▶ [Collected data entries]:
◇ ◇ ◇ ◇

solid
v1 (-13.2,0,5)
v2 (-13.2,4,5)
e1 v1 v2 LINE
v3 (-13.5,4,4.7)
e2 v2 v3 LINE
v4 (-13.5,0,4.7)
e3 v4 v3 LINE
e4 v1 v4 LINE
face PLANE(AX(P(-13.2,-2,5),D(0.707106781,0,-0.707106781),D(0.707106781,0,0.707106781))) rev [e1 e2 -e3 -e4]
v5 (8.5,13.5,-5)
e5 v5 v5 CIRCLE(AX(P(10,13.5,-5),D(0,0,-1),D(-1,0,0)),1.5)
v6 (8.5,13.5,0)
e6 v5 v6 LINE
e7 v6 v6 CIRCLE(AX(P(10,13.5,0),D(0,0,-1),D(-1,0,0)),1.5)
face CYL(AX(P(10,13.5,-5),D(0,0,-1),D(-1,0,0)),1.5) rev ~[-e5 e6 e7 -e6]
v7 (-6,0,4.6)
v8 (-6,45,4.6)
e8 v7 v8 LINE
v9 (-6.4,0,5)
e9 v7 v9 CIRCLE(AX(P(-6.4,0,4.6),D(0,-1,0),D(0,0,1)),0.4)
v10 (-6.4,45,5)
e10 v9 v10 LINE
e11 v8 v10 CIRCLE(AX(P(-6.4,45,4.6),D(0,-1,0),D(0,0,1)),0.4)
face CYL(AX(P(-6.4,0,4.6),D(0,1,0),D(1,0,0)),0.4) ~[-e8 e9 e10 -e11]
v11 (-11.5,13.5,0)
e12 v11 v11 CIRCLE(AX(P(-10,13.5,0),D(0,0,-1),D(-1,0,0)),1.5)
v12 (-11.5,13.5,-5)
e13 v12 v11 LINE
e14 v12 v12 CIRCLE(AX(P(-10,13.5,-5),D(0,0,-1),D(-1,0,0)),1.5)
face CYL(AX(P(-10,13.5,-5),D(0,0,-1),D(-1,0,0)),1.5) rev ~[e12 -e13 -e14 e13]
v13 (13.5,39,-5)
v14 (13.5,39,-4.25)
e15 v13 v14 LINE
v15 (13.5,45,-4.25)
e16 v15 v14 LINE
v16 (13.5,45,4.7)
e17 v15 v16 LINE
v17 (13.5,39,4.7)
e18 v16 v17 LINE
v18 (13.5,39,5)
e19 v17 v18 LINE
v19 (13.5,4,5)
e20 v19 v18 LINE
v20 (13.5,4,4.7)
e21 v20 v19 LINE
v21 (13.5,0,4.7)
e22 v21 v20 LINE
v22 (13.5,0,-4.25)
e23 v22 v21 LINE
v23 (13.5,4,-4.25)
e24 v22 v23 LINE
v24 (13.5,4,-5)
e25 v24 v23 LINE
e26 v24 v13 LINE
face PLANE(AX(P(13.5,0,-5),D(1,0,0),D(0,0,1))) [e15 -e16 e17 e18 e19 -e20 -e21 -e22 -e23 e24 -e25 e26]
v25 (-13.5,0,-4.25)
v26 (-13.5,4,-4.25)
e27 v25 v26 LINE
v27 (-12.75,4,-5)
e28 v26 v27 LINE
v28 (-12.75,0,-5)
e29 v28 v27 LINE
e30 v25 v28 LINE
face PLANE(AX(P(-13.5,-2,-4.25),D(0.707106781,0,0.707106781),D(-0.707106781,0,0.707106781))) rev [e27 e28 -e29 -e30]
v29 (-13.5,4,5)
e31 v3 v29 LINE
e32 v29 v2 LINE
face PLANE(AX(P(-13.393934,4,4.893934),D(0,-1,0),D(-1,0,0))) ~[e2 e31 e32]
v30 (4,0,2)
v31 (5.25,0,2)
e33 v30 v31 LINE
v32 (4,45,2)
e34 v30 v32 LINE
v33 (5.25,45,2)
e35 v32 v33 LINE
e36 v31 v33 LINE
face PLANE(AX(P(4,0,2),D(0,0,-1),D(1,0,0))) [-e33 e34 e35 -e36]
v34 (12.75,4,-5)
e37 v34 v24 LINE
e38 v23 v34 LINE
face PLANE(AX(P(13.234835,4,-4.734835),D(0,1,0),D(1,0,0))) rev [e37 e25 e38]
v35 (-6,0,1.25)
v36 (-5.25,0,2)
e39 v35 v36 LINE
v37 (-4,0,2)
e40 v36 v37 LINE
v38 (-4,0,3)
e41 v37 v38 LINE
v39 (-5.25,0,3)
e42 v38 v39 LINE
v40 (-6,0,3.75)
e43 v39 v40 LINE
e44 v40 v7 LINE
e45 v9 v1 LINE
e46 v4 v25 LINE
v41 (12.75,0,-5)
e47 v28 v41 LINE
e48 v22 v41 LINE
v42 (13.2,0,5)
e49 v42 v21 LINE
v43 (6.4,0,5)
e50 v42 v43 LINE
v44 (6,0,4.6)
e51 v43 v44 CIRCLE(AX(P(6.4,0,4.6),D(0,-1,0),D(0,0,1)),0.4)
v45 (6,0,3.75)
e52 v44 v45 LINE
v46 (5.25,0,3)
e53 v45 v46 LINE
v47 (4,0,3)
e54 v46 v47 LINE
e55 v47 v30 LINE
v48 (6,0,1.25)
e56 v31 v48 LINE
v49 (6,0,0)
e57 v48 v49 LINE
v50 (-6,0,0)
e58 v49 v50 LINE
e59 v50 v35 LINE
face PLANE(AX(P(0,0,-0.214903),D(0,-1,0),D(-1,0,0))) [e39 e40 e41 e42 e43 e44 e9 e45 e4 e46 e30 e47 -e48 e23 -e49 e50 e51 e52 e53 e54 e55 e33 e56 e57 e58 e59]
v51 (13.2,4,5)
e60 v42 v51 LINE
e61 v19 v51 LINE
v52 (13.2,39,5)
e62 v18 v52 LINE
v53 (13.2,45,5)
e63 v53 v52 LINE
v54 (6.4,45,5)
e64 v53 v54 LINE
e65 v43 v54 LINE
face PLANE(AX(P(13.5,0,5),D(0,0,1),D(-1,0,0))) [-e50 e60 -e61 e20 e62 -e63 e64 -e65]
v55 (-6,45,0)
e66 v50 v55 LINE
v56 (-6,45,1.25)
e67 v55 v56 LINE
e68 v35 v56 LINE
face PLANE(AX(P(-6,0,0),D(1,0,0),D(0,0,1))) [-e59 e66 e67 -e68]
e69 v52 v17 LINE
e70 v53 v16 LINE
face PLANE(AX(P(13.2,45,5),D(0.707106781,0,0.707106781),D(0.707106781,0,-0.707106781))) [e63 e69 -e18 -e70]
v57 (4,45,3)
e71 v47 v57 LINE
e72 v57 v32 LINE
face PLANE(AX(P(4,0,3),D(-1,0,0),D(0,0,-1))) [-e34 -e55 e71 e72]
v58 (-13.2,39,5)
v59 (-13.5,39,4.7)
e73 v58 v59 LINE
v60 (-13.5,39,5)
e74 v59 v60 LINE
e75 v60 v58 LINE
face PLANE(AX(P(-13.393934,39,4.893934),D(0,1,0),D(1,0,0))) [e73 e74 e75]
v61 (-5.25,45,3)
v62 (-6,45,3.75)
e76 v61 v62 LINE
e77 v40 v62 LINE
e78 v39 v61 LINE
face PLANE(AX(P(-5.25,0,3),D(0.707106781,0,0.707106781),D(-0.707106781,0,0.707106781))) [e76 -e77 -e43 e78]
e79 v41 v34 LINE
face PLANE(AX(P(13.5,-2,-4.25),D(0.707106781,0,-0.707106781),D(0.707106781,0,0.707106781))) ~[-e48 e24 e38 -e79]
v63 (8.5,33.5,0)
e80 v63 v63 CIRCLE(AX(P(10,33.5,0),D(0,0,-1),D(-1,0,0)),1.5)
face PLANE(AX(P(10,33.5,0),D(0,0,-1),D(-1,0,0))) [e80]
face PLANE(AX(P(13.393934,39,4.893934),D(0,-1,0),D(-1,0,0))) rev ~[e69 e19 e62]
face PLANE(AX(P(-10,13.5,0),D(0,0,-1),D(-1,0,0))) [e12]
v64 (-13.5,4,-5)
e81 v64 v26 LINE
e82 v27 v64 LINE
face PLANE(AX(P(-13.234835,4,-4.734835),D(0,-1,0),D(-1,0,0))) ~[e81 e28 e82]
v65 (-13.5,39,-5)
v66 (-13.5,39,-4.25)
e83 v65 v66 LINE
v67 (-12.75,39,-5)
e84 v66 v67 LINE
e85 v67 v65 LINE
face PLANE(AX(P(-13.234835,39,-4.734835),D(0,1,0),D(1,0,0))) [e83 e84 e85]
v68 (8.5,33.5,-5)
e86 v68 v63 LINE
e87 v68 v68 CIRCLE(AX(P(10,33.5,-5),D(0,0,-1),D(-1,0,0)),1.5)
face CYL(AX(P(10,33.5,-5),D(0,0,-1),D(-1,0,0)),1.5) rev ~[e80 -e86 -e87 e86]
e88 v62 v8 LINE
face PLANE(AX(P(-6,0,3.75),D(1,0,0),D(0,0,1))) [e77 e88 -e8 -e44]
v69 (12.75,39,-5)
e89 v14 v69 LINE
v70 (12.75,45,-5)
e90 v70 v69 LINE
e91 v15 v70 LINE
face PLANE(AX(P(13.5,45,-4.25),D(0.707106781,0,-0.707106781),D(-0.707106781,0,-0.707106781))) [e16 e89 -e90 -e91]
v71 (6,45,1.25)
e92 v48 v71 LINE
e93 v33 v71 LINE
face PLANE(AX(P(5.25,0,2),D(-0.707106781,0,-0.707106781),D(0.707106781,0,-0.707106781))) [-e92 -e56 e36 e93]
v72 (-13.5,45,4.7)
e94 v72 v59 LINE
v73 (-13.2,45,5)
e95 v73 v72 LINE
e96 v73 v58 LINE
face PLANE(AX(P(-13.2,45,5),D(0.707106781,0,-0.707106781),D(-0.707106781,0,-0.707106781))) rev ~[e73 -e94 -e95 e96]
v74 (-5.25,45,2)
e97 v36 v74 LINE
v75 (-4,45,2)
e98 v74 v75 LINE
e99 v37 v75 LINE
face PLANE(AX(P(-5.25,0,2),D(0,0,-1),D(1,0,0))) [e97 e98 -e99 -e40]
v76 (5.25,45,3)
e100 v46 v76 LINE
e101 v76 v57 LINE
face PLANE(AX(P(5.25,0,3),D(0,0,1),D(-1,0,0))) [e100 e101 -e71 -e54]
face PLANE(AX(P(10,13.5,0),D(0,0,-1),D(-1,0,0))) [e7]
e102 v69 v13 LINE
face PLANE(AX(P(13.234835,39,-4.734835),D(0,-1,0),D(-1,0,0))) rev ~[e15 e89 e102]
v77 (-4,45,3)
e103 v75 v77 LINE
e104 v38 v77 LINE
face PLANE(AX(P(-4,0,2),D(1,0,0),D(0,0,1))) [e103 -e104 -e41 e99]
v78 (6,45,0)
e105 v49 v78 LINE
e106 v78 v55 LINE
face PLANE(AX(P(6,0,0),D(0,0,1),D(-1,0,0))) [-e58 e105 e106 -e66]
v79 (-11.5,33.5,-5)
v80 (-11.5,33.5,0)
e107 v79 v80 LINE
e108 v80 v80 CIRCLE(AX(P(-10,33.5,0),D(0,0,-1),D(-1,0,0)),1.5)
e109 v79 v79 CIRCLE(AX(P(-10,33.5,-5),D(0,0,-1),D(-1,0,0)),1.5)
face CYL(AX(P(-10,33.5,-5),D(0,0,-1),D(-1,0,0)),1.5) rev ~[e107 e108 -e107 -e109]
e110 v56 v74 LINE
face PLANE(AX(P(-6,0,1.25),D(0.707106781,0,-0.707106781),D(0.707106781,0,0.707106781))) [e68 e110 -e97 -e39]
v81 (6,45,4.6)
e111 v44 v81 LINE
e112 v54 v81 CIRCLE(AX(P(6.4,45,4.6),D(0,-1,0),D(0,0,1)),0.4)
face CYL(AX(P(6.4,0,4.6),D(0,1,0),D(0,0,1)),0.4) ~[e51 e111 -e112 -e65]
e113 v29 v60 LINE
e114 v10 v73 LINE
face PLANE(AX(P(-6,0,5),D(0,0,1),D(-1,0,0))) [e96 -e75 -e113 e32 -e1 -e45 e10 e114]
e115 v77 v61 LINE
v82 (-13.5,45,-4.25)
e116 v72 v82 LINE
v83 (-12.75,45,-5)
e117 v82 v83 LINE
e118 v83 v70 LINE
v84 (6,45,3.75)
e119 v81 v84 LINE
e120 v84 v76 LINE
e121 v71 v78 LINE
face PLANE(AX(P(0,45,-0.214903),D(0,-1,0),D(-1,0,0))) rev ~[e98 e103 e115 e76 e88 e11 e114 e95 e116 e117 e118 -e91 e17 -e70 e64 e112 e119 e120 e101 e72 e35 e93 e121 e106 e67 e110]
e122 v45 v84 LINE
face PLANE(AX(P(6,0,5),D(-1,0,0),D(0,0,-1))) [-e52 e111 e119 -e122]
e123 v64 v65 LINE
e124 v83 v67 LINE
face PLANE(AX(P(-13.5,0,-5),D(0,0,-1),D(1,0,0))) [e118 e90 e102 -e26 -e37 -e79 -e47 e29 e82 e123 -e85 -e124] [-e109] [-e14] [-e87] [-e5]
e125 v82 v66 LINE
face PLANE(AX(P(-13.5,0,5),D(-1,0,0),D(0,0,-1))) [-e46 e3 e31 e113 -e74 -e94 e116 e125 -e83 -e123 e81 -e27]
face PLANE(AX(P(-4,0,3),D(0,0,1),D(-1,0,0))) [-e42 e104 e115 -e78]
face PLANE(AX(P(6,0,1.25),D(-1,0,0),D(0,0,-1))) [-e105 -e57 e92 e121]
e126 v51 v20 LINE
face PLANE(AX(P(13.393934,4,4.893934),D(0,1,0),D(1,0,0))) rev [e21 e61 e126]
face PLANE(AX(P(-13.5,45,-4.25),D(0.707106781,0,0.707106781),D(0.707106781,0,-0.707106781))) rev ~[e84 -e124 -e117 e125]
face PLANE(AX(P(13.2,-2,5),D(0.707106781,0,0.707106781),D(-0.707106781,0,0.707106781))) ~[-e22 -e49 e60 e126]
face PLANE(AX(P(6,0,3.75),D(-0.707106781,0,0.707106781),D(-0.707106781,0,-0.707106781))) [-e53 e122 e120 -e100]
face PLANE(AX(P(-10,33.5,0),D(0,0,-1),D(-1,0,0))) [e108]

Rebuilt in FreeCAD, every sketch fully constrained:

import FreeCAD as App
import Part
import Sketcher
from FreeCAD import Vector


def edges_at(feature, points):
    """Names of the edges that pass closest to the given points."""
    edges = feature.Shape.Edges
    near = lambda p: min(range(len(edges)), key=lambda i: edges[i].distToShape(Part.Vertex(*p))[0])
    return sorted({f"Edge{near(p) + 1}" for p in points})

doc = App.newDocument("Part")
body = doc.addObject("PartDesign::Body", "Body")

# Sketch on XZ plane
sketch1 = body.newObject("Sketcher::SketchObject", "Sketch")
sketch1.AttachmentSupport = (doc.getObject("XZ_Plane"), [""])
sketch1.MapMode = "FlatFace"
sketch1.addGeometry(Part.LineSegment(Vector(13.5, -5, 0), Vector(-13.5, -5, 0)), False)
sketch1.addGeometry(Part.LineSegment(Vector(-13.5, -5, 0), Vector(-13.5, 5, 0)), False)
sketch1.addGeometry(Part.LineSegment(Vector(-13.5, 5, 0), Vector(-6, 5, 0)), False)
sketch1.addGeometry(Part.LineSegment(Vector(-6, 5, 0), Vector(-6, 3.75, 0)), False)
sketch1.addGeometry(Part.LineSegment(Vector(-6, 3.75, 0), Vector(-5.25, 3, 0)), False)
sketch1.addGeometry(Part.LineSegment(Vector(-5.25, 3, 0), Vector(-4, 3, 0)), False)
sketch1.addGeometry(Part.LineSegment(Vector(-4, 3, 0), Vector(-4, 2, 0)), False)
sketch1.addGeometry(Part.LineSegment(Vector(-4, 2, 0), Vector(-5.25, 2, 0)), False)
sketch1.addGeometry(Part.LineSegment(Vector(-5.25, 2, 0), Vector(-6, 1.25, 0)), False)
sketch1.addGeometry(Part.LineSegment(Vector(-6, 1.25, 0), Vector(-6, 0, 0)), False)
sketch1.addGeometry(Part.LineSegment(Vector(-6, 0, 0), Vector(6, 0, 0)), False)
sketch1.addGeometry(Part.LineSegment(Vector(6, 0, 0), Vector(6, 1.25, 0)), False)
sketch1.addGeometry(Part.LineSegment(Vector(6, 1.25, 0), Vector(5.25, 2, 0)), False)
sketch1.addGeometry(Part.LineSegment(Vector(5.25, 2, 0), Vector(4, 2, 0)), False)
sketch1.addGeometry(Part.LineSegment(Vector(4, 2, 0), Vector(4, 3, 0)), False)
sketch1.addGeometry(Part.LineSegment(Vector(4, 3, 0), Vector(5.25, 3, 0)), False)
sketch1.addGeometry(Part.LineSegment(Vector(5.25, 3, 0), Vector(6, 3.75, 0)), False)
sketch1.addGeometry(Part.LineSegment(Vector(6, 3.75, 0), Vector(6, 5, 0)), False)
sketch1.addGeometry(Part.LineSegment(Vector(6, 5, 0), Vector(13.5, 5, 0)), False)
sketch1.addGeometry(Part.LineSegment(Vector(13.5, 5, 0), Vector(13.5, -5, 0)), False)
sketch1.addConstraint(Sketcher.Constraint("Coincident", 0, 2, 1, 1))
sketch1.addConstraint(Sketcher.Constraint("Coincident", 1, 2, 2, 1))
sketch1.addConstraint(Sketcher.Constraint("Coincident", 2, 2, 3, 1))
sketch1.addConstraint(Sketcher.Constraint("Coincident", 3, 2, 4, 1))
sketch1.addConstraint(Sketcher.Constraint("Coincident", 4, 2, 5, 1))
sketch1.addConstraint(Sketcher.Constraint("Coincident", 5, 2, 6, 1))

◇ ◇ ◇ ◇

▶ [THE TASK]: Your answer should be the lines above, from the line containing "e114 v10 v73 LINE" up to and including the line containing "e124 v83 v67 LINE", reproduced exactly and with nothing else.

▶ [RESULT FOR THIS EXERCISE]:
e114 v10 v73 LINE
face PLANE(AX(P(-6,0,5),D(0,0,1),D(-1,0,0))) [e96 -e75 -e113 e32 -e1 -e45 e10 e114]
e115 v77 v61 LINE
v82 (-13.5,45,-4.25)
e116 v72 v82 LINE
v83 (-12.75,45,-5)
e117 v82 v83 LINE
e118 v83 v70 LINE
v84 (6,45,3.75)
e119 v81 v84 LINE
e120 v84 v76 LINE
e121 v71 v78 LINE
face PLANE(AX(P(0,45,-0.214903),D(0,-1,0),D(-1,0,0))) rev ~[e98 e103 e115 e76 e88 e11 e114 e95 e116 e117 e118 -e91 e17 -e70 e64 e112 e119 e120 e101 e72 e35 e93 e121 e106 e67 e110]
e122 v45 v84 LINE
face PLANE(AX(P(6,0,5),D(-1,0,0),D(0,0,-1))) [-e52 e111 e119 -e122]
e123 v64 v65 LINE
e124 v83 v67 LINE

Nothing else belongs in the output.